A novel approach to helping teens and young adults cope with cancer is improving their mental health both during and after their treatment.
Adolescent and young adult (AYA) patients with cancer have a high risk of psychosocial distress, yet clinically proven methods of improving their well-being are lacking. To support their mental health, adolescent and young adult oncologist Abby Rosenberg, MD, MS, MA, developed an evidence-based coaching program called PRISM, which stands for Promoting Resilience in Stress Management.
The program consists of four 30- to 60-minute, one-on-one sessions targeting what Dr. Rosenberg refers to as “resilience resources.”
“We did years of work talking with adolescent and young adult patients throughout their cancer experience, and we asked them, ‘How are you handling the change and the stress and all of the different things that keep coming at you?’” says Dr. Rosenberg, who serves as chief of pediatric palliative care at the Dana-Farber Cancer Institute and director of palliative care at Boston Children’s Hospital.
In hundreds of hours of interviews, patients discussed the skills they were using to cope, which are often used in other adverse situations.
Resilience Resources
Working with their AYA patients, Dr. Rosenberg and her team identified four of these common skills – or resilience resources. These were stress management, goal setting, cognitive reframing and meaning making.
Stress management focuses on mindfulness, including deep breathing, relaxation and awareness of stressors. Goal setting involves identifying and achieving realistic and actionable goals, as well as preparing for roadblocks. Cognitive-reframing addresses negative self-talk and how people think about their experiences. And meaning making is finding gratitude. “It’s ways to try to find some silver lining or sense of purpose in the midst of really hard stuff,” Dr. Rosenberg says.
Dr. Rosenberg and her team then turned these four resilience resources into a curriculum that could be taught at the bedside or via video. Trained coaches follow a script that outlines the reason for the skill and practice each skill with the patient. The coaches are volunteers or graduate students who go through extensive training to become certified.
When the session is in person, patients are given worksheets to practice a particular resilience resource.

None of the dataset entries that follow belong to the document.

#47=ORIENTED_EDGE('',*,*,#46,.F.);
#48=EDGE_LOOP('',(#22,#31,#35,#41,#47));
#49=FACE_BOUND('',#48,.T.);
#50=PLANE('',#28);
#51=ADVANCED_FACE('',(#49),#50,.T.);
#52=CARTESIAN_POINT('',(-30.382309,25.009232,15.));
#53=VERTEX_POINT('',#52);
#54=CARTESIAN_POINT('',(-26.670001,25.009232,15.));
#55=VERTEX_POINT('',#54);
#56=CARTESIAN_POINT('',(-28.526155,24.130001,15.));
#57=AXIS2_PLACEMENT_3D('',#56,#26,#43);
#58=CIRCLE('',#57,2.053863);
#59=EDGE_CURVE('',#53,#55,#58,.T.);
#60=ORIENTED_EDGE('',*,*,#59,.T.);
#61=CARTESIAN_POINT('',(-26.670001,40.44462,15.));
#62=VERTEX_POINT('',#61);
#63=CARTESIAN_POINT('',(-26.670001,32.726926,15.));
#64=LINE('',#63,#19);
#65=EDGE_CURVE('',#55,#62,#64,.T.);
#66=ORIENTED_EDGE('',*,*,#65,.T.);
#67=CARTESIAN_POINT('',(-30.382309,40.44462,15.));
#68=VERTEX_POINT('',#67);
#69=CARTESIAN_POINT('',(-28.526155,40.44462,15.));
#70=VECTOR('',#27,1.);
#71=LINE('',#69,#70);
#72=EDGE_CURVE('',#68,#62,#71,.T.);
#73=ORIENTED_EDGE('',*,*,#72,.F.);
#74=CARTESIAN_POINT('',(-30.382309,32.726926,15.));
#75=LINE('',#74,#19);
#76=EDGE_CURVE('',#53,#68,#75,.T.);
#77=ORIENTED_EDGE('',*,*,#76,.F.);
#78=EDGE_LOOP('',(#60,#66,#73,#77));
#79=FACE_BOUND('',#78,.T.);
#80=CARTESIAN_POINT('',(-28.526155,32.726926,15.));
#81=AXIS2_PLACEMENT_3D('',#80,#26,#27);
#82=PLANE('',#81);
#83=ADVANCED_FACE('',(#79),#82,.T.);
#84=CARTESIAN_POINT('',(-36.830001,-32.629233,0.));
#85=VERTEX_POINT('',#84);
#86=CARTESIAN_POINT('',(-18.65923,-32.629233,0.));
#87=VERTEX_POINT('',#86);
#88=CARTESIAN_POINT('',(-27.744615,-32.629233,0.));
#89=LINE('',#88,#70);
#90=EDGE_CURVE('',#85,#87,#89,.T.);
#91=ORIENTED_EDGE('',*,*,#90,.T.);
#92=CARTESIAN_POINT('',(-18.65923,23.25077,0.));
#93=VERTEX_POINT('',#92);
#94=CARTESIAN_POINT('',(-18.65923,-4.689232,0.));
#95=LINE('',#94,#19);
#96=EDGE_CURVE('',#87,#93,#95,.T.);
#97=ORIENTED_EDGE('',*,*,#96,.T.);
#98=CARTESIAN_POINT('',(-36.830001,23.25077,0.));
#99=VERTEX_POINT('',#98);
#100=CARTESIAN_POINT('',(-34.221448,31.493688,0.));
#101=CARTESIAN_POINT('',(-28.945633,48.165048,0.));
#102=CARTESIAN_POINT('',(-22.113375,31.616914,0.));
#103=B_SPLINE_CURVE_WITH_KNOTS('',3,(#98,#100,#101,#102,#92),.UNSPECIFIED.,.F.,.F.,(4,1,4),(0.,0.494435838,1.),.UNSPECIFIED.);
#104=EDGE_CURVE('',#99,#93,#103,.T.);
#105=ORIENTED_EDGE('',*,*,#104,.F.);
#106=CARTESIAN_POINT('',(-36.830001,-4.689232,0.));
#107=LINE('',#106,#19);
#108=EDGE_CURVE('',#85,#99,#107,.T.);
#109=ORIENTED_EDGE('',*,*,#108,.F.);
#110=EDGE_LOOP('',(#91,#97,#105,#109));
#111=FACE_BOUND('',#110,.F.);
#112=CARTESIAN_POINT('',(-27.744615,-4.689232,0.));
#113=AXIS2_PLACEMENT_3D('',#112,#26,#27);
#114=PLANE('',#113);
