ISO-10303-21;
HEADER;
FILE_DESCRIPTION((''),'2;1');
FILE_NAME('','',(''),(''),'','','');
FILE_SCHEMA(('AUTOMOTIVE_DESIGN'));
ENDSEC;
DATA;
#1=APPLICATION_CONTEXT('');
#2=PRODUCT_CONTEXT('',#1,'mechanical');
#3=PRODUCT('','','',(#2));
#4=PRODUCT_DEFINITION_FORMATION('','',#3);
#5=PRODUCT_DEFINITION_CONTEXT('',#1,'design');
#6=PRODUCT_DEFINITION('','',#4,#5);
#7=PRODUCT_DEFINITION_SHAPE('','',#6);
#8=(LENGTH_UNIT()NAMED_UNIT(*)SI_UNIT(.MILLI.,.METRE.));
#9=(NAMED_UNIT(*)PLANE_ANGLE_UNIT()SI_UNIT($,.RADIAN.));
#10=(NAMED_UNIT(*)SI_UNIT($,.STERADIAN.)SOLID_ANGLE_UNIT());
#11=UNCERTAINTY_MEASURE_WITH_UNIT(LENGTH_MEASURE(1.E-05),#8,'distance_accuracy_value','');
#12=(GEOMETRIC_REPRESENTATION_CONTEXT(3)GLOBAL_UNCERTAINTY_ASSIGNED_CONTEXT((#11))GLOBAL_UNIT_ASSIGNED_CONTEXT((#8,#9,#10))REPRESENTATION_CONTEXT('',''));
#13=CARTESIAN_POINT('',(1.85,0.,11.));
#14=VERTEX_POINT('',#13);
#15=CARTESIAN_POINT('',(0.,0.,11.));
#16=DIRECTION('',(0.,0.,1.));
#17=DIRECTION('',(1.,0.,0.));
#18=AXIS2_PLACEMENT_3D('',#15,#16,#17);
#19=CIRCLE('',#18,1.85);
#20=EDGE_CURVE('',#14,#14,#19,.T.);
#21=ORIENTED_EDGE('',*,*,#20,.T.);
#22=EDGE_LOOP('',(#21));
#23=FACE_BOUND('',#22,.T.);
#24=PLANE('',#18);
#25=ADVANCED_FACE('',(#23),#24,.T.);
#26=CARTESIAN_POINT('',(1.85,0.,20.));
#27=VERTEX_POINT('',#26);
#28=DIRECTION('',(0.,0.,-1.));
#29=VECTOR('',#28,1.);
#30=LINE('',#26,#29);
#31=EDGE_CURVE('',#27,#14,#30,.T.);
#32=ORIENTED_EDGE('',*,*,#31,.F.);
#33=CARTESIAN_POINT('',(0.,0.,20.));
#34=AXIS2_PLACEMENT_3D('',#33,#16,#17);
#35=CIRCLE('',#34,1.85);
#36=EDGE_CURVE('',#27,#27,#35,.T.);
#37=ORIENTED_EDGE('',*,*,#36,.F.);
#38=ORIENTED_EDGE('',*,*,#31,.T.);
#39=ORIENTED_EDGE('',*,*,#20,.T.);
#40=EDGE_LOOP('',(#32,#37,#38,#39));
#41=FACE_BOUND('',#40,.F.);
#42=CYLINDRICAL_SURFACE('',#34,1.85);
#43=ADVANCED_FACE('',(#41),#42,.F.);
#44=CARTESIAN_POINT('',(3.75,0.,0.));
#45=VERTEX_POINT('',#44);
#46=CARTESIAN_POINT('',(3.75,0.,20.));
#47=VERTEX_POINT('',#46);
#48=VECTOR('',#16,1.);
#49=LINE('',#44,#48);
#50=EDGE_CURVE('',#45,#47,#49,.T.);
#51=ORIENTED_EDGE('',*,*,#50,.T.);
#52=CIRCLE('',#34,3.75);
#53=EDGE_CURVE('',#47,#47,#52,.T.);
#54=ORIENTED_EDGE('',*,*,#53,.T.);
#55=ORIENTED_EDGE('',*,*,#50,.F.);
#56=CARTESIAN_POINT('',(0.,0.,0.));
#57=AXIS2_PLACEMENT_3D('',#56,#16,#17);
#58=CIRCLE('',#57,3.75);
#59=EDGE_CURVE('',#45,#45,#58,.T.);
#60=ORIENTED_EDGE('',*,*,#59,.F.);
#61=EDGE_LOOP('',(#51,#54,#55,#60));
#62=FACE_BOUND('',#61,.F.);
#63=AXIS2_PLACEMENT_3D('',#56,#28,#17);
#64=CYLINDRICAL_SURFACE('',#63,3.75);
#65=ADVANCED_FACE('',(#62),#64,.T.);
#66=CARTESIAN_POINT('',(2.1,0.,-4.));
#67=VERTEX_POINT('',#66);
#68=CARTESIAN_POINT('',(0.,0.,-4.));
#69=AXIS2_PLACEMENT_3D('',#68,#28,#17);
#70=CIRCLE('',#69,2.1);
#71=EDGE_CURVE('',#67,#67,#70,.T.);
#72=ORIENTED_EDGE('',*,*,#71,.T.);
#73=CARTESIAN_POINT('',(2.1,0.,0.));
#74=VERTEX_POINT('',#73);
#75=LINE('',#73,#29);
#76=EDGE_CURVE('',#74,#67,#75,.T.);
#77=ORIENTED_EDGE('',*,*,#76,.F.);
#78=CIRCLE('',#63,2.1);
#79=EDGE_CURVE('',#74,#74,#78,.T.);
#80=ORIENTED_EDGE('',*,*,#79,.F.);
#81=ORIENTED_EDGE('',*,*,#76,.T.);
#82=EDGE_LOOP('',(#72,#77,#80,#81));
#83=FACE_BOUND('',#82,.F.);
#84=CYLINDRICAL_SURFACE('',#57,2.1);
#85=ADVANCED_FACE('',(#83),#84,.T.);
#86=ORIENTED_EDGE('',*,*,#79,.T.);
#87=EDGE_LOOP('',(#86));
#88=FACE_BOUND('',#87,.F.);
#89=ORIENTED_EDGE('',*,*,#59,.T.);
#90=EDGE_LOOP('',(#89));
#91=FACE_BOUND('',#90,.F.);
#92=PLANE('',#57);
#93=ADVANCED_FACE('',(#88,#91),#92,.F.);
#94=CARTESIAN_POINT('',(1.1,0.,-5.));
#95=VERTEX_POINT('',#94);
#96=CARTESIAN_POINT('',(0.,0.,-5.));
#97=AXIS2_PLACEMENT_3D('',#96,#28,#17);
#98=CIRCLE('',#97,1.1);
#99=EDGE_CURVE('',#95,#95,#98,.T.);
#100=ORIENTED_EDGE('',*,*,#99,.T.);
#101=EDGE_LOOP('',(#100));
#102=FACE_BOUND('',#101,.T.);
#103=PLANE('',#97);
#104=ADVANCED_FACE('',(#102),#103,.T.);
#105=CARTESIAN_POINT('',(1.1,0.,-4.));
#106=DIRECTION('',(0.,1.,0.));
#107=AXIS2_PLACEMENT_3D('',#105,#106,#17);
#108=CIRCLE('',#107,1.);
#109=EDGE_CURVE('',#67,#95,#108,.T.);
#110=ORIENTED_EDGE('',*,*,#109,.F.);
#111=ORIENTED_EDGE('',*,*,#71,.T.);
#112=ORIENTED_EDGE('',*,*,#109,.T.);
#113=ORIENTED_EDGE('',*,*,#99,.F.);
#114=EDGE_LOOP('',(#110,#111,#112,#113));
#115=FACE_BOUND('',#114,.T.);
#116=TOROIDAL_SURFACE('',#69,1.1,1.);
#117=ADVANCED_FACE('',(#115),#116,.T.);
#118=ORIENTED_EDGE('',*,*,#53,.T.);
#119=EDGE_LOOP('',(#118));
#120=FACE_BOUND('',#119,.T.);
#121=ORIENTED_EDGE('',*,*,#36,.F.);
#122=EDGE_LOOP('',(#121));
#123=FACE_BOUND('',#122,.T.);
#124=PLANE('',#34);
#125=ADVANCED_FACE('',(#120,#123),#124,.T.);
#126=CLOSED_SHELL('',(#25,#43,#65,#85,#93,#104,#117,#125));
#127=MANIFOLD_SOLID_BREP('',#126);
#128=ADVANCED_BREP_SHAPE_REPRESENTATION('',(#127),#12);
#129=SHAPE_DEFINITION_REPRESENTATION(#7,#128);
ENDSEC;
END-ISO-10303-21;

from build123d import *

# Parameters (mm, degrees)
SKETCH_R     = 3.75
PAD_DEPTH    = 20
SKETCH001_R  = 1.85
POCKET_DEPTH = 9
SKETCH002_R  = 2.1
PAD001_DEPTH = 5
FILLET_R     = 1


with BuildPart() as part:
    # Sketch → Pad (new body)
    with BuildSketch(Plane.XY):
        Circle(SKETCH_R)
    extrude(amount=PAD_DEPTH)

    # Sketch001 (on Face3 of Pad) → Pocket (cut)
    with BuildSketch(Plane.XY.offset(20)):
        Circle(SKETCH001_R)
    extrude(amount=-POCKET_DEPTH, mode=Mode.SUBTRACT)

    # Sketch002 (on Face2 of Pocket) → Pad001 (join)
    with BuildSketch(Plane(origin=(0, 0, 0), x_dir=(1, 0, 0), z_dir=(0, 0, -1))):
        Circle(SKETCH002_R)
    extrude(amount=PAD001_DEPTH)

    # Fillet
    fillet_edges = [part.edges().sort_by_distance(p)[0] for p in [
        (-2.1, 0, -5),
    ]]
    fillet(fillet_edges, radius=FILLET_R)


solid = part.part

If doing a gratitude exercise, for example, they write in a journal.
The curriculum has also been translated into a smart-phone app, enabling patients to practice and record their progress on their phone.
Research Based
In order to determine whether PRISM was achieving what Dr. Rosenberg and her team had observed with their AYA patients, they tested the program in a randomized clinical trial.
The study found that when PRISM was provided during cancer treatment, patients reported improved resilience, hope, and cancer-specific quality of life six months later, along with reduced psychological distress. Patients also showed a trend toward lower rates of depression. These improvements in well-being continued two years later. The results held true regardless of the patient’s race, gender or ethnicity.
Another study of parents of children with cancer found similarly improved resilience, indicating that PRISM may help parents cope and find meaning after their child is diagnosed with cancer or another serious illness.
Since these studies, PRISM has been tested in AYAs with advanced cancer and AYAs receiving bone marrow transplants, as well as in multiple trials involving other patient populations, such as adolescents with type 1 diabetes. Data from these trials are still being collected, and results are expected sometime next year.
Due to the lack of trained coaches around the country, PRISM has only been available to patients in research settings. One way to make the program more scalable, Dr. Rosenberg notes, would be to use the PRISM smart-phone app alone rather than as a companion to the personal interactions.
To see if patients would receive the same benefit from the app as the in-person coaching, Dr. Rosenberg and her team have launched a new study. The trial will recruit patients at 14 sites across the country and take about three years to complete enrollment.
“We need to determine who needs what kind of intervention – and when – for all of this to work,” Dr. Rosenberg says.